Ordinary Time provides an opportunity for those who follow the liturgical year to take a different direction in their approach to the Scriptures.

From Advent to Pentecost, the Church follows the Gospels as they depict the earthly career of Jesus the Messiah, the story of salvation. In the days after Pentecost we seek to live in the new life Jesus brought us through his Incarnation, Epiphany, death, resurrection, ascension, and pouring out of the Holy Spirit. Ordinary Time, by contrast, goes week by week, examining how we might live the life we share together in Christ.

I think, therefore, that Ordinary Time is a good season for the Church to study books of the Bible, in particular, the epistles, which were written to various congregations and individuals to guide them in the Christ-life. So, since we haven’t had a Bible study here in awhile, how about we take one up for the summer?

To start, I’d like to go where many Lutherans have feared to tread: the Epistle of James.

As I study this NT letter with you this summer, I will be consulting one of my favorite commentaries:

• • •

I have never been a big fan of spending a lot of time hashing out introductory matters of books of the Bible. At some level, studying the background of who wrote the books, when they were written and to whom is important, but as a pastor I tried to keep my focus on these issues as brief and simple as possible. And as a blog author, I can’t imagine that people would want to come here and read an extended discussion about who the “James” might have been that purportedly penned this epistle (1:1).

What is important to me, given centuries of debate about these introductory questions, is to come to a reasonable conclusion about the possible author, setting, and audience, and proceed on that basis. Most of what matters about these things can be gleaned from the internal evidence of the epistle itself.

Peter Davids comes to the following working hypothesis:

This brief discussion has certainly not settled the complex problem of the date and provenance of the Epistle of James. The evidence examined does point toward a supportable conclusion. G. Kittel appears to be correct in arguing for an early date for the book, in that the source material probably was early, and this means that this material is probably by James the Just. In the light of the Greek idiom used in the work, it is likely that either James received assistance in the editing of the work or that his teaching was edited at a later date (perhaps after his death) as the church spread beyond Jerusalem and began to use Greek more extensively….

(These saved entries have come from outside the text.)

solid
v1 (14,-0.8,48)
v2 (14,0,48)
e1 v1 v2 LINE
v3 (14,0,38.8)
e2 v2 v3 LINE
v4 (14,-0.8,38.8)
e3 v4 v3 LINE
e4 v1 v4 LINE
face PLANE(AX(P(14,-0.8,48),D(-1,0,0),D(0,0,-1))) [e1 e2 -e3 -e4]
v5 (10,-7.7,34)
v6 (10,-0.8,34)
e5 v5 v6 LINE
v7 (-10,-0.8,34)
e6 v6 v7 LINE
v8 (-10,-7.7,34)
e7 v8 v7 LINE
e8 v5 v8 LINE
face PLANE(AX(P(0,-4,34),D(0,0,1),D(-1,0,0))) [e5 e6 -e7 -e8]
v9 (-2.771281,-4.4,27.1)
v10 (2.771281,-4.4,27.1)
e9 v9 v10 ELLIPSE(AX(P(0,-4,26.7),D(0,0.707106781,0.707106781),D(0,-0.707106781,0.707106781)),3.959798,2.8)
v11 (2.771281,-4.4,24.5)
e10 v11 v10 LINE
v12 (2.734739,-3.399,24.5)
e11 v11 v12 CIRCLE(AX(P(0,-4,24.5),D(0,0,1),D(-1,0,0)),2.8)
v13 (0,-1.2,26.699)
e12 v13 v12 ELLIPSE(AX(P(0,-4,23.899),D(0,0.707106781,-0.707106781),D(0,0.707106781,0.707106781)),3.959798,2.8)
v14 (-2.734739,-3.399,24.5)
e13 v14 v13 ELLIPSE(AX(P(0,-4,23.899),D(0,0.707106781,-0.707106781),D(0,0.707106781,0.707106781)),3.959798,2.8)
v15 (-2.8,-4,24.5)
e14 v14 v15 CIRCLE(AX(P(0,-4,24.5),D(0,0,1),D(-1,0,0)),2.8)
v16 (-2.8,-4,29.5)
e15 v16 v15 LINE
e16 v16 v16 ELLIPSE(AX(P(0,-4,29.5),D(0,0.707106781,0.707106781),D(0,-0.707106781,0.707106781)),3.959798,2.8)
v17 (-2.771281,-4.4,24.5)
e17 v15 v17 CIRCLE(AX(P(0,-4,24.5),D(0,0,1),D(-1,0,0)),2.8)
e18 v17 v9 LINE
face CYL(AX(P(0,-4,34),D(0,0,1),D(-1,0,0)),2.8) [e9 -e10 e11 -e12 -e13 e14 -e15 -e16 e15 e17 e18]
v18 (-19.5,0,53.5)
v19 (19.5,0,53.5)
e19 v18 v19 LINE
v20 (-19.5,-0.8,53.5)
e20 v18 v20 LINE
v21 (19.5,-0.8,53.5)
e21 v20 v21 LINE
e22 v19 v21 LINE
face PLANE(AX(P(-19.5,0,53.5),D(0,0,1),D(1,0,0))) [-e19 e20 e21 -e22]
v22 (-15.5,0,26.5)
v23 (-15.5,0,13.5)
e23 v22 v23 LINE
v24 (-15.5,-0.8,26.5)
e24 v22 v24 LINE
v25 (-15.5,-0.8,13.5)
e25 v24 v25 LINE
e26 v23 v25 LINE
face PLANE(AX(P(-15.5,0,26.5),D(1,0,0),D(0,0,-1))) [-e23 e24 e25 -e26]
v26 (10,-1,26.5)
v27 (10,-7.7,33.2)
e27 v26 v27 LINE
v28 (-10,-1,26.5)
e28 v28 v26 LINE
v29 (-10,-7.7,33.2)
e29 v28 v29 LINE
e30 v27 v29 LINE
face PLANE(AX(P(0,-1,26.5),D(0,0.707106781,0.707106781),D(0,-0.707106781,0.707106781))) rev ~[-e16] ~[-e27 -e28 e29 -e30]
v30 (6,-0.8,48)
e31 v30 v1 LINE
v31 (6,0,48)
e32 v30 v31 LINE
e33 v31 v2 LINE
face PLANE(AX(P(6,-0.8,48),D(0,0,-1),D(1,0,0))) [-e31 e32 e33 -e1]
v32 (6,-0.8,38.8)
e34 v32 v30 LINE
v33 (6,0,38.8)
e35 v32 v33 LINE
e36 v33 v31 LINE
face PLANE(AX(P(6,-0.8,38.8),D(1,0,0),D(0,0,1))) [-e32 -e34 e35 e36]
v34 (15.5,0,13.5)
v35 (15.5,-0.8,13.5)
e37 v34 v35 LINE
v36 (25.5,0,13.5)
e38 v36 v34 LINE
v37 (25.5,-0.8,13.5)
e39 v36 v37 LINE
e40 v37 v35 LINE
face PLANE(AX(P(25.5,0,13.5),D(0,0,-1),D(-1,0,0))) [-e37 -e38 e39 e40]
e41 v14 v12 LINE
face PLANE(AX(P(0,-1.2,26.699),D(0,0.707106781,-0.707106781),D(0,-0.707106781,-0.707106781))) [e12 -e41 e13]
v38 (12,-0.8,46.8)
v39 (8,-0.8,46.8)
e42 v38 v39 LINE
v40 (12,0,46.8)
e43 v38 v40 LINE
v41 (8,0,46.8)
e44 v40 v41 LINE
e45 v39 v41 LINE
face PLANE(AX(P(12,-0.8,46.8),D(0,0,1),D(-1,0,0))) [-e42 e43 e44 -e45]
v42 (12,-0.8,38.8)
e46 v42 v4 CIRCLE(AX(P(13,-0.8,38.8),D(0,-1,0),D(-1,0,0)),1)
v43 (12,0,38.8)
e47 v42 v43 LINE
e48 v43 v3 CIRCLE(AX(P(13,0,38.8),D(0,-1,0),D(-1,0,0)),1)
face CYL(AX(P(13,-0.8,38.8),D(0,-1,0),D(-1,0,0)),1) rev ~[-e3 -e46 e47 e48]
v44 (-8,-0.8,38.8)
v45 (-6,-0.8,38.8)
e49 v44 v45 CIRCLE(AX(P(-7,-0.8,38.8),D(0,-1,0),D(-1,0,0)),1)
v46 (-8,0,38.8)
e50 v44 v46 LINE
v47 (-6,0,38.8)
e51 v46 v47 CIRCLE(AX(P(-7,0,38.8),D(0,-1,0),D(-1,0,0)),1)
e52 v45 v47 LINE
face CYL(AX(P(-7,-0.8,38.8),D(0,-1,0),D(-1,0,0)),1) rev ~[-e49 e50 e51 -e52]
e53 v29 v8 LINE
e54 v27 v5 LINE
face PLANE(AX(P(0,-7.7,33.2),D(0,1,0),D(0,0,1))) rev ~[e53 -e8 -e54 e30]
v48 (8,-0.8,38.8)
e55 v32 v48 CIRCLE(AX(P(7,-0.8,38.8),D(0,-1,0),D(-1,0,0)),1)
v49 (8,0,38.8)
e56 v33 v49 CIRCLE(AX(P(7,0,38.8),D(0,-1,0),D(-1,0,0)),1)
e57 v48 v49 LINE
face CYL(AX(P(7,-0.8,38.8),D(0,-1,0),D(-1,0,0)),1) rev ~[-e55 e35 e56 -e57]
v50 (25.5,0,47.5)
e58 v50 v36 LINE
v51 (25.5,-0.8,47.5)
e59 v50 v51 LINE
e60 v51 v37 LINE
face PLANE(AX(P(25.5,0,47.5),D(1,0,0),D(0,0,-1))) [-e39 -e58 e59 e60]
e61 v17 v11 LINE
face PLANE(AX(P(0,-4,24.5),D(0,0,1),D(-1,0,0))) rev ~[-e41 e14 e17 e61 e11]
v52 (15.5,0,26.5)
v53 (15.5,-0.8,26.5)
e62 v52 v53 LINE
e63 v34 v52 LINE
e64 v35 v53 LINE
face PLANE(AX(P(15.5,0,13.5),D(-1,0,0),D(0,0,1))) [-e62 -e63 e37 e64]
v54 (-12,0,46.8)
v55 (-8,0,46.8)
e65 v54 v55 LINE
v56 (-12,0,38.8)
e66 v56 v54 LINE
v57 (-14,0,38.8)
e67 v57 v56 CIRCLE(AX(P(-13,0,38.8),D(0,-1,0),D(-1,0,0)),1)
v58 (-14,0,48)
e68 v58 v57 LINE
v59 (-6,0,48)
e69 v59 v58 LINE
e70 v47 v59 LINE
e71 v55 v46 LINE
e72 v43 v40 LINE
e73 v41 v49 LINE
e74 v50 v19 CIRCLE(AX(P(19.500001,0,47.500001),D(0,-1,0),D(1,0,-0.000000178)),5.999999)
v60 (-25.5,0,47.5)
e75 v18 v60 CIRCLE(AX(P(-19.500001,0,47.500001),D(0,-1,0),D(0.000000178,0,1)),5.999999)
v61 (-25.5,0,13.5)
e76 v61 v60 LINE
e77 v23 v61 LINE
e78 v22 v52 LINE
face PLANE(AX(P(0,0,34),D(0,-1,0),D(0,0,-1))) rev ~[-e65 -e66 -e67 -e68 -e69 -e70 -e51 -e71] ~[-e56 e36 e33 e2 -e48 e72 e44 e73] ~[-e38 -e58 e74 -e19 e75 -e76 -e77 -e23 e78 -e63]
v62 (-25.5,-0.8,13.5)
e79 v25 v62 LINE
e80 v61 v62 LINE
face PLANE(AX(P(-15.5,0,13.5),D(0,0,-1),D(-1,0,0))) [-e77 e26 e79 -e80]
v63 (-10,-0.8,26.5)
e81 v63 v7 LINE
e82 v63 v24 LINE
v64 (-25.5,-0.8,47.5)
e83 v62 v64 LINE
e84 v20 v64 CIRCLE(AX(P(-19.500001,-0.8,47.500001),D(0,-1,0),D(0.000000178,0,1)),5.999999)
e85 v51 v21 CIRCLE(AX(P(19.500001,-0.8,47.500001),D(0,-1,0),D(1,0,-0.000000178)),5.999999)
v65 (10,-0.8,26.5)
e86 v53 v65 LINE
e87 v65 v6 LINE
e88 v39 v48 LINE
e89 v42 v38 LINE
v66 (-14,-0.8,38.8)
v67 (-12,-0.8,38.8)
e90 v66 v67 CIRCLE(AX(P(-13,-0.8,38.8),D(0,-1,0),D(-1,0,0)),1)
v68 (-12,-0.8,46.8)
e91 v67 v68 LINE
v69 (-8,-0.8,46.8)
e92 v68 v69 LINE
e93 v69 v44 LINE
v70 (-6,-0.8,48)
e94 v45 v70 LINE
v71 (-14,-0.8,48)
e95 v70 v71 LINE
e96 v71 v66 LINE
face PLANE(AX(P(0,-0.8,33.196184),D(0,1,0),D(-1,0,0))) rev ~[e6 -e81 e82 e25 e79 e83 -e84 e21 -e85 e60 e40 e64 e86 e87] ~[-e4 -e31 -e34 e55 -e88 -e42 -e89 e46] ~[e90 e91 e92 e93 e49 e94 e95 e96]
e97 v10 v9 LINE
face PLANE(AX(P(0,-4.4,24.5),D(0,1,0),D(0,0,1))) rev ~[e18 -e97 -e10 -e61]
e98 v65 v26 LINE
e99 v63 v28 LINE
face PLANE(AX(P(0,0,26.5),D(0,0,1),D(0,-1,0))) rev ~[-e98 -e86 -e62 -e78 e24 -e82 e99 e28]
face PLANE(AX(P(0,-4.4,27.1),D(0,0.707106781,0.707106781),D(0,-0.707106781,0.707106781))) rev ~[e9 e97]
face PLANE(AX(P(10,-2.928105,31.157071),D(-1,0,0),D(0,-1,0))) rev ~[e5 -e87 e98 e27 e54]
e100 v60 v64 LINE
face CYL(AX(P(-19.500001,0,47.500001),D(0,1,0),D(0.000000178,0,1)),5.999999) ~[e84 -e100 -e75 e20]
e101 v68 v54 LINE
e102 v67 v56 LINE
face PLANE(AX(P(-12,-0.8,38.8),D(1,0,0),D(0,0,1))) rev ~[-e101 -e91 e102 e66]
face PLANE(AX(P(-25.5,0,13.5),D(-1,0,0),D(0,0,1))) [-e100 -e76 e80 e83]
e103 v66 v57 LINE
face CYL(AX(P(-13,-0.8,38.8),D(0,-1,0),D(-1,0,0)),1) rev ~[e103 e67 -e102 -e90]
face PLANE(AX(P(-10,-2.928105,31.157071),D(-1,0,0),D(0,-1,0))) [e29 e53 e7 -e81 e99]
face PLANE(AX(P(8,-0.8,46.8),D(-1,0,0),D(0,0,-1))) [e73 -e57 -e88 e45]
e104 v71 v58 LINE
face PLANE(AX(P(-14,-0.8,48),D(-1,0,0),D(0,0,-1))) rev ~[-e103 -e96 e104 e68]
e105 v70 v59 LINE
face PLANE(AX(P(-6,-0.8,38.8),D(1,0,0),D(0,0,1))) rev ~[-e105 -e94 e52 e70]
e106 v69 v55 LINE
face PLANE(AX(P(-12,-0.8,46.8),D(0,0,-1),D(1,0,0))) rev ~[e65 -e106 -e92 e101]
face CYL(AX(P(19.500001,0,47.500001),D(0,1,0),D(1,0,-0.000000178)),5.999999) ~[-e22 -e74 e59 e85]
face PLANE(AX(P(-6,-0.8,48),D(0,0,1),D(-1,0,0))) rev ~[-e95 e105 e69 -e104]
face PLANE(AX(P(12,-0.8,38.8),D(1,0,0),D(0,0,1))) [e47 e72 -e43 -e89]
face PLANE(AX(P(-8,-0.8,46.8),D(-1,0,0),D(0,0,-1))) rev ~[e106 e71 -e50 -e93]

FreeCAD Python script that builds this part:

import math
import FreeCAD as App
import Part
import Sketcher
Q = App.Units.Quantity

doc = App.newDocument("Part")
params = doc.addObject("Spreadsheet::Sheet", "Params")
for row, (alias, value) in enumerate([
    ("sketch1_radius", "5.999999 mm"),
    ("sketch1_width", "10 mm"),
    ("sketch1_width2", "31 mm"),
    ("sketch1_height", "34 mm"),
    ("sketch1_height2", "13 mm"),
    ("pad1_length", "0.8 mm"),
    ("sketch2_width", "1 mm"),
    ("sketch2_width2", "7.7 mm"),
    ("sketch2_height", "7.5 mm"),
    ("pad2_length", "20 mm"),
    ("sketch3_diameter", "5.6 mm"),
    ("pad3_length", "9.5 mm"),
    ("sketch4_width", "3.3 mm"),
    ("sketch4_height", "5.9 mm"),
    ("pocket1_length", "6 mm"),
    ("sketch5_radius", "1 mm"),
    ("sketch5_width", "4 mm"),
    ("sketch5_height", "9.2 mm"),
    ("pocket2_length", "5 mm"),
], start=1):
    params.set(f"A{row}", alias)
    params.set(f"B{row}", "=" + value)
    params.setAlias(f"B{row}", alias)

body = doc.addObject("PartDesign::Body", "Body")

# Sketch on XZ plane
sketch1 = doc.addObject("Sketcher::SketchObject", "Sketch")
body.addObject(sketch1)
sketch1.AttachmentSupport = (doc.XZ_Plane, [""])
sketch1.MapMode = "FlatFace"
sketch1.addGeometry([
    Part.LineSegment(App.Vector(-25.5, 47.5, 0), App.Vector(-25.5, 13.5, 0)),  # 0
    Part.LineSegment(App.Vector(-25.5, 13.5, 0), App.Vector(-15.5, 13.5, 0)),  # 1
    Part.LineSegment(App.Vector(-15.5, 13.5, 0), App.Vector(-15.5, 26.5, 0)),  # 2
    Part.LineSegment(App.Vector(-15.5, 26.5, 0), App.Vector(15.5, 26.5, 0)),  # 3
    Part.LineSegment(App.Vector(15.5, 26.5, 0), App.Vector(15.5, 13.5, 0)),  # 4
    Part.LineSegment(App.Vector(15.5, 13.5, 0), App.Vector(25.5, 13.5, 0)),  # 5
    Part.LineSegment(App.Vector(25.5, 13.5, 0), App.Vector(25.5, 47.5, 0)),  # 6
    Part.ArcOfCircle(Part.Circle(App.Vector(19.500001, 47.500001, 0), App.Vector(0, 0, 1), 5.999999), math.radians(-0.00001), math.radians(90.00001)),  # 7
    Part.LineSegment(App.Vector(19.5, 53.5, 0), App.Vector(-19.5, 53.5, 0)),  # 8
    Part.ArcOfCircle(Part.Circle(App.Vector(-19.500001, 47.500001, 0), App.Vector(0, 0, 1), 5.999999), math.radians(89.99999), math.radians(180.00001)),  # 9
], False)
sketch1.addConstraint([
    Sketcher.Constraint("Coincident", 0, 2, 1, 1),
    Sketcher.Constraint("Coincident", 1, 2, 2, 1),
    Sketcher.Constraint("Coincident", 2, 2, 3, 1),
    Sketcher.Constraint("Coincident", 3, 2, 4, 1),
    Sketcher.Constraint("Coincident", 4, 2, 5, 1),
    Sketcher.Constraint("Coincident", 5, 2, 6, 1),
    Sketcher.Constraint("Tangent", 6, 2, 7, 1),
    Sketcher.Constraint("Tangent", 7, 2, 8, 1),
    Sketcher.Constraint("Tangent", 8, 2, 9, 1),
    Sketcher.Constraint("Tangent", 9, 2, 0, 1),
    Sketcher.Constraint("Vertical", 0),
    Sketcher.Constraint("Horizontal", 1),
    Sketcher.Constraint("Vertical", 2),
    Sketcher.Constraint("Horizontal", 3),
    Sketcher.Constraint("Vertical", 4),
    Sketcher.Constraint("Horizontal", 5),
    Sketcher.Constraint("Vertical", 6),
    Sketcher.Constraint("Horizontal", 8),
    Sketcher.Constraint("Equal", 7, 9),
    Sketcher.Constraint("Symmetric", 1, 2, 4, 2, -2),
    Sketcher.Constraint("Equal", 1, 5),
    Sketcher.Constraint("Radius", 7, Q("5.999999 mm")),
    Sketcher.Constraint("DistanceX", 1, 1, 1, 2, Q("10 mm")),
    Sketcher.Constraint("DistanceX", 3, 1, 3, 2, Q("31 mm")),
    Sketcher.Constraint("DistanceY", 0, 2, 0, 1, Q("34 mm")),
    Sketcher.Constraint("DistanceY", 2, 1, 2, 2, Q("13 mm")),
    Sketcher.Constraint("DistanceY", -1, 1, 7, 3, Q("47.500001 mm")),
])
sketch1.setExpression("Constraints[21]", "Params.sketch1_radius")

The preceding section has argued that James is a two-stage work, an initial series of sermons and sayings, which ostensibly come from James the Just…, and a later redaction of these units into an epistle by either James or a member of the church.

The Epistle of James, if we accept David’s suggestion, is made up of early Christian preaching and proverbs, sermons and sayings written down and edited into a kind of tract or document providing guidance for Christian congregations. James is one example of how, when we read the Bible, we are reading the Word proclaimed. If we who are preachers and teachers would recognize this, perhaps we wouldn’t feel the need so much to analyze and expound, as to seek to find ways to let the scriptures themselves speak.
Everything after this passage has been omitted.